Records shown: Begin

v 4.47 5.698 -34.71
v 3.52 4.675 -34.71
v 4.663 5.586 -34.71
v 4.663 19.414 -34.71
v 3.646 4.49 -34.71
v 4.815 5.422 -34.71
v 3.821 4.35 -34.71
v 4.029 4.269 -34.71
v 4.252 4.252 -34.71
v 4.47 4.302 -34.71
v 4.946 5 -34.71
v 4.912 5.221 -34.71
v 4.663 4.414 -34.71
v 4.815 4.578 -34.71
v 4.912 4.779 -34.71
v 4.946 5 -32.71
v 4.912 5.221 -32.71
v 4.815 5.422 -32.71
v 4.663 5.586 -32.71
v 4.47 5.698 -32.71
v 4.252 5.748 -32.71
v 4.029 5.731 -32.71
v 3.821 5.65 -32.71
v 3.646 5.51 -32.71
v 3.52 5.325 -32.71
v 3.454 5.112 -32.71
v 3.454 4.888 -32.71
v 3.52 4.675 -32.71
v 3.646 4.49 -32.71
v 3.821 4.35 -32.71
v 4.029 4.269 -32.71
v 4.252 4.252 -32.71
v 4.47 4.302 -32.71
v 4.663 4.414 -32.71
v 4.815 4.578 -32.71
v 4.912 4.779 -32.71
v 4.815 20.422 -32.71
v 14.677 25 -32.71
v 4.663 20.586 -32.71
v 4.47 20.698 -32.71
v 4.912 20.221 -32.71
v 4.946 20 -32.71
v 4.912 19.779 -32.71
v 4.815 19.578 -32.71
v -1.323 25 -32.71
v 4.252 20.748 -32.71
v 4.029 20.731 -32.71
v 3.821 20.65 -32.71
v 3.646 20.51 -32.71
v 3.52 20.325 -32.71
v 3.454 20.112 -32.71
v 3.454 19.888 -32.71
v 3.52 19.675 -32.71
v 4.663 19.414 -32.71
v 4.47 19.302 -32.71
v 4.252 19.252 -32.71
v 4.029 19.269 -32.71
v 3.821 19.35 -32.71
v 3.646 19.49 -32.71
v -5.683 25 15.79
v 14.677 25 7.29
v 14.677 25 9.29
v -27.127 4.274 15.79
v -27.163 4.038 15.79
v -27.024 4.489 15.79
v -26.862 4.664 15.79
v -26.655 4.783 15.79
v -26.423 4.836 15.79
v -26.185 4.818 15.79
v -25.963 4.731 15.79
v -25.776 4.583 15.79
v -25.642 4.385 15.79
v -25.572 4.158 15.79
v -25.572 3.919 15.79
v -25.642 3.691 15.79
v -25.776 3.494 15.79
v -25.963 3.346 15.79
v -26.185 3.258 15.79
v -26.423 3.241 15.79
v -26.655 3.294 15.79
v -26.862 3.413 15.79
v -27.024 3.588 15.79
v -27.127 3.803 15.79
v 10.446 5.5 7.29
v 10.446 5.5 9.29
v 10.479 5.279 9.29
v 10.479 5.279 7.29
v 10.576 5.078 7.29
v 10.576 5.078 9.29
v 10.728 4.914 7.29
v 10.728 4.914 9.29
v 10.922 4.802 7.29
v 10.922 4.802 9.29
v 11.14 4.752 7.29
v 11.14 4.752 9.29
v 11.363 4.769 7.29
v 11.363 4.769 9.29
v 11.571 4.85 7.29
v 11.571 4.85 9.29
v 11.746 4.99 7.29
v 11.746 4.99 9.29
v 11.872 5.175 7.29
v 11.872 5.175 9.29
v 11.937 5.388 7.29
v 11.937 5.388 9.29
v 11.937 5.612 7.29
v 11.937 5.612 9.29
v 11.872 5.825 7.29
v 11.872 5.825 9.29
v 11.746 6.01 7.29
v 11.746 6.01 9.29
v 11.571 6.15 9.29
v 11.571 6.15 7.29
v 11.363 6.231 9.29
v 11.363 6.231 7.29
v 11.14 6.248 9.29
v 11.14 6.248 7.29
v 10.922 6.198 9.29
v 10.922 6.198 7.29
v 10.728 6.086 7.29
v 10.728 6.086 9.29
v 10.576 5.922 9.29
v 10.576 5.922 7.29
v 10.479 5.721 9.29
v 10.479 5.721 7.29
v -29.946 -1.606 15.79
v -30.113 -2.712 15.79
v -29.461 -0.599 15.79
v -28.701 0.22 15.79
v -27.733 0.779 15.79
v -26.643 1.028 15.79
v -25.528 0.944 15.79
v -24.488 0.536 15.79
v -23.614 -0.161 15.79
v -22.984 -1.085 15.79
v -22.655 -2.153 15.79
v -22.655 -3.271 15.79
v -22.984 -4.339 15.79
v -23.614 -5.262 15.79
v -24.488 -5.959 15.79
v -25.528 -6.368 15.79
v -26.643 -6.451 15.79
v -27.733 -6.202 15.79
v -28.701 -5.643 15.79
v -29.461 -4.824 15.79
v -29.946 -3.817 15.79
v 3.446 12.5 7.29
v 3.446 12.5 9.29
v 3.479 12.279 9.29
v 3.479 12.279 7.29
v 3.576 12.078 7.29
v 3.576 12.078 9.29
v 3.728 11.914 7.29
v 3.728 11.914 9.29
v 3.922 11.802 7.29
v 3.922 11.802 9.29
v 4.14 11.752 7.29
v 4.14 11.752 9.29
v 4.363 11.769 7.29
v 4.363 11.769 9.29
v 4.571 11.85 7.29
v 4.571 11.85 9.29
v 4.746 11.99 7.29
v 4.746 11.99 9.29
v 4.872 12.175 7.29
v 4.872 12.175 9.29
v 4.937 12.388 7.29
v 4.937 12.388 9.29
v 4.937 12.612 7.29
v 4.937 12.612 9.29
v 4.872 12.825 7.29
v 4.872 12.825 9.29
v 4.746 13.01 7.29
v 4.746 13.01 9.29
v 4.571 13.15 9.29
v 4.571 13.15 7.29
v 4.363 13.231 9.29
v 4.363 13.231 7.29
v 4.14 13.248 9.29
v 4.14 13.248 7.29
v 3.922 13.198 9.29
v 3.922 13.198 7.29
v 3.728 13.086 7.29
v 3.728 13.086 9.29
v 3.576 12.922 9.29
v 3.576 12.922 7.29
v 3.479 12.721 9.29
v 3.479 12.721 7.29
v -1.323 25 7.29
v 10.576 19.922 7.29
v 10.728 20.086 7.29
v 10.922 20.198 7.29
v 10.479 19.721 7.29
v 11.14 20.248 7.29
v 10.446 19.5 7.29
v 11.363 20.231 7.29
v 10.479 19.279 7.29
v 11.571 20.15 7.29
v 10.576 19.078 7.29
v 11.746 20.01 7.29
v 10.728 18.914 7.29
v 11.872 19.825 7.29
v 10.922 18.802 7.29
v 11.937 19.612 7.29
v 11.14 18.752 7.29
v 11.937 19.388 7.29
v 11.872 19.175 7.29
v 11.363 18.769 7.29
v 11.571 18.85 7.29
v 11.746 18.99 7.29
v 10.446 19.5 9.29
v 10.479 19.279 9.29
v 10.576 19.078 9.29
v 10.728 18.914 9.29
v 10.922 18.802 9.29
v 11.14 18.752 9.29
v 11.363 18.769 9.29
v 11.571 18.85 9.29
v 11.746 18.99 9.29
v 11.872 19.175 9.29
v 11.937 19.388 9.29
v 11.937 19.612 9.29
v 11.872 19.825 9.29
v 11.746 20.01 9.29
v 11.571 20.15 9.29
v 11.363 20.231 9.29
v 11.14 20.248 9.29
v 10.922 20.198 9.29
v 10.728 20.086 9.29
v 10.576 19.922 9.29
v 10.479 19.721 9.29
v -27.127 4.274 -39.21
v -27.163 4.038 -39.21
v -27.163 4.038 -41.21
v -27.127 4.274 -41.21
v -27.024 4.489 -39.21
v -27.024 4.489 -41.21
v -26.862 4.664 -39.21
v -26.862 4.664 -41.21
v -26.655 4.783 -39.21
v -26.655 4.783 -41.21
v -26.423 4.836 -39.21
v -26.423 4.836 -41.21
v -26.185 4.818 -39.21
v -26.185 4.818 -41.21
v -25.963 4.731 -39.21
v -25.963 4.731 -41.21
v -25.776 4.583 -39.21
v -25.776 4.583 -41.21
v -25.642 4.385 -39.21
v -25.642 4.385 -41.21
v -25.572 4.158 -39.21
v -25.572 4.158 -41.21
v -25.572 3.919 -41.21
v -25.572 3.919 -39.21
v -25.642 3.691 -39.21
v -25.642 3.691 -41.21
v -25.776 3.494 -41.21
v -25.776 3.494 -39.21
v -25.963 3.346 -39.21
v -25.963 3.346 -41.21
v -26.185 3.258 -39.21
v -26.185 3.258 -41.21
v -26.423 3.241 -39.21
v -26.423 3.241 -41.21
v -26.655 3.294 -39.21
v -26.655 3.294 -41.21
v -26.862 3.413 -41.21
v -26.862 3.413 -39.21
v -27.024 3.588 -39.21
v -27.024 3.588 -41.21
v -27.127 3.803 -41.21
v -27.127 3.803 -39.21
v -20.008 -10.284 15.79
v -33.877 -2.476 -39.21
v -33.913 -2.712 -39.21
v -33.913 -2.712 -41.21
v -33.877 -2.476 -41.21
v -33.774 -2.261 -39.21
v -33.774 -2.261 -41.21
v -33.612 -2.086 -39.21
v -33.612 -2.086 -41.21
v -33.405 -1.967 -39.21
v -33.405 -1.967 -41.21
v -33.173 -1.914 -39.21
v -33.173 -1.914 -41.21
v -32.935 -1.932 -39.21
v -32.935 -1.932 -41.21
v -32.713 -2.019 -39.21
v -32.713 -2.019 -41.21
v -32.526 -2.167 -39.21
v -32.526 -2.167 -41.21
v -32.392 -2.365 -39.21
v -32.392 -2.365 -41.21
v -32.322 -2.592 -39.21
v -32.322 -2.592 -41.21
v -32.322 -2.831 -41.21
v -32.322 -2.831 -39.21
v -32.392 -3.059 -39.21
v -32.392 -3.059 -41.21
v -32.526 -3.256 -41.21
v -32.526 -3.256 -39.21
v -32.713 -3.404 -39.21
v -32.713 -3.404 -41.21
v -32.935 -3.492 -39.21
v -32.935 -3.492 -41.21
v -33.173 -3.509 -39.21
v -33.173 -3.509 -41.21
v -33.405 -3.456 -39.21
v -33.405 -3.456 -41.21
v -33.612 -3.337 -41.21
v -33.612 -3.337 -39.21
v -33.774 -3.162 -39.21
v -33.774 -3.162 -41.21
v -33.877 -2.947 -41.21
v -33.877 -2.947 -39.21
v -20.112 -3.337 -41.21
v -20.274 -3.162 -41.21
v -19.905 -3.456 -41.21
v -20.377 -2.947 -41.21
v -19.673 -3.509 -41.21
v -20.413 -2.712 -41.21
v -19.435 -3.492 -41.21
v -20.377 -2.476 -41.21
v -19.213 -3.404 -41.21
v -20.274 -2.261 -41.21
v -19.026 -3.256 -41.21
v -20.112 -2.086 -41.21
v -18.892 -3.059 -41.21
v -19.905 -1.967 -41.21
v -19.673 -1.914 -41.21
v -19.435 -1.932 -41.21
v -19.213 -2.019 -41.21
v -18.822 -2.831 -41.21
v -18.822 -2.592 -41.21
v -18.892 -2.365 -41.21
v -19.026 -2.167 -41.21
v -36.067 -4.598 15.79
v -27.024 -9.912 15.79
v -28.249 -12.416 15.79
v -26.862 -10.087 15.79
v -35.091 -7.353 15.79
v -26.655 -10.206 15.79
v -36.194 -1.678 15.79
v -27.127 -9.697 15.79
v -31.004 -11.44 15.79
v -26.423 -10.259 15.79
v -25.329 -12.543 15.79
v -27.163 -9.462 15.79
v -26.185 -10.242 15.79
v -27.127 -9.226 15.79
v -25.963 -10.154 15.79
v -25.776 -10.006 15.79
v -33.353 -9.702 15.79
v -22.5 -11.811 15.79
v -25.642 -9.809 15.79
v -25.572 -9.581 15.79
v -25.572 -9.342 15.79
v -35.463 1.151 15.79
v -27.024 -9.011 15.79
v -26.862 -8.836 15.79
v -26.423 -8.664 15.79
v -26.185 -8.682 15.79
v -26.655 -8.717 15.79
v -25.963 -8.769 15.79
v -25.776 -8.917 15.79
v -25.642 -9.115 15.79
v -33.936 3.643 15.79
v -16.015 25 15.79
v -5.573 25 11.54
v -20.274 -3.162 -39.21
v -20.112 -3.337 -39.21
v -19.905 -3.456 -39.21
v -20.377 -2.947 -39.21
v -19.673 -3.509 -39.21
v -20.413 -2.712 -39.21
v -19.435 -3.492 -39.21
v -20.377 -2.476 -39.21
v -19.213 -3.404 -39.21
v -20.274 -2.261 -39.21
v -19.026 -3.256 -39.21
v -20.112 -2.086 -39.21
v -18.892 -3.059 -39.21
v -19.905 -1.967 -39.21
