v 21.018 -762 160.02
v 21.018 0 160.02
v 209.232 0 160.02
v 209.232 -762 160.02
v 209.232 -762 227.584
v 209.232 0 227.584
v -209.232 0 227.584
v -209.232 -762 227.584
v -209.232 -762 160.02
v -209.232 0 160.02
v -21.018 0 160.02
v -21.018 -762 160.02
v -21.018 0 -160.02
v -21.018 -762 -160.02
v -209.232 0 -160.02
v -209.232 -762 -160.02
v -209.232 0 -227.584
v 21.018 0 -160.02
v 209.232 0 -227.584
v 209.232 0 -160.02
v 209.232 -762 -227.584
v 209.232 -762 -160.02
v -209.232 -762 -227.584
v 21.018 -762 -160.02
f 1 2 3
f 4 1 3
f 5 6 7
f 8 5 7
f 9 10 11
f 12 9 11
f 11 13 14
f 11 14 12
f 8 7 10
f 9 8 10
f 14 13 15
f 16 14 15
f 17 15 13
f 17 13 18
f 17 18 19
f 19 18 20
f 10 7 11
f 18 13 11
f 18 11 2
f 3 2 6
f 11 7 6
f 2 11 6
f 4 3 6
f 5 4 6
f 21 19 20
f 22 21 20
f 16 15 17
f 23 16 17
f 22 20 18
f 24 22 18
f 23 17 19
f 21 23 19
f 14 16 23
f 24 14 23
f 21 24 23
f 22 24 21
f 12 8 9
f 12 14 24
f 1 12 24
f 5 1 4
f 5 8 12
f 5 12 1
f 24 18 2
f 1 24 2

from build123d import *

# Parameters (mm, degrees)
F0_W     = 42.037
F0_H     = 320.04
F1_DEPTH = 762


with BuildPart() as f1:
    # F0 (on Front) → F1 (new body)
    with BuildSketch(Plane.XZ):
        Polygon((-209.2325, 160.02), (-21.0185, 160.02), (21.0185, 160.02), (209.2325, 160.02), (209.2325, 227.584), (-209.2325, 227.584), align=None)
        Rectangle(F0_W, F0_H)
        Polygon((21.0185, -160.02), (-21.0185, -160.02), (-209.2325, -160.02), (-209.2325, -227.584), (209.2325, -227.584), (209.2325, -160.02), align=None)
    extrude(amount=F1_DEPTH)


solid = f1.part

Records shown: End

Task details =
For the lines above, output exactly those from the line containing "v 4.746 11.99 9.29" through the line containing "v 4.571 13.15 7.29", and skip the others.

Output for this exercise =
v 4.746 11.99 9.29
v 4.872 12.175 7.29
v 4.872 12.175 9.29
v 4.937 12.388 7.29
v 4.937 12.388 9.29
v 4.937 12.612 7.29
v 4.937 12.612 9.29
v 4.872 12.825 7.29
v 4.872 12.825 9.29
v 4.746 13.01 7.29
v 4.746 13.01 9.29
v 4.571 13.15 9.29
v 4.571 13.15 7.29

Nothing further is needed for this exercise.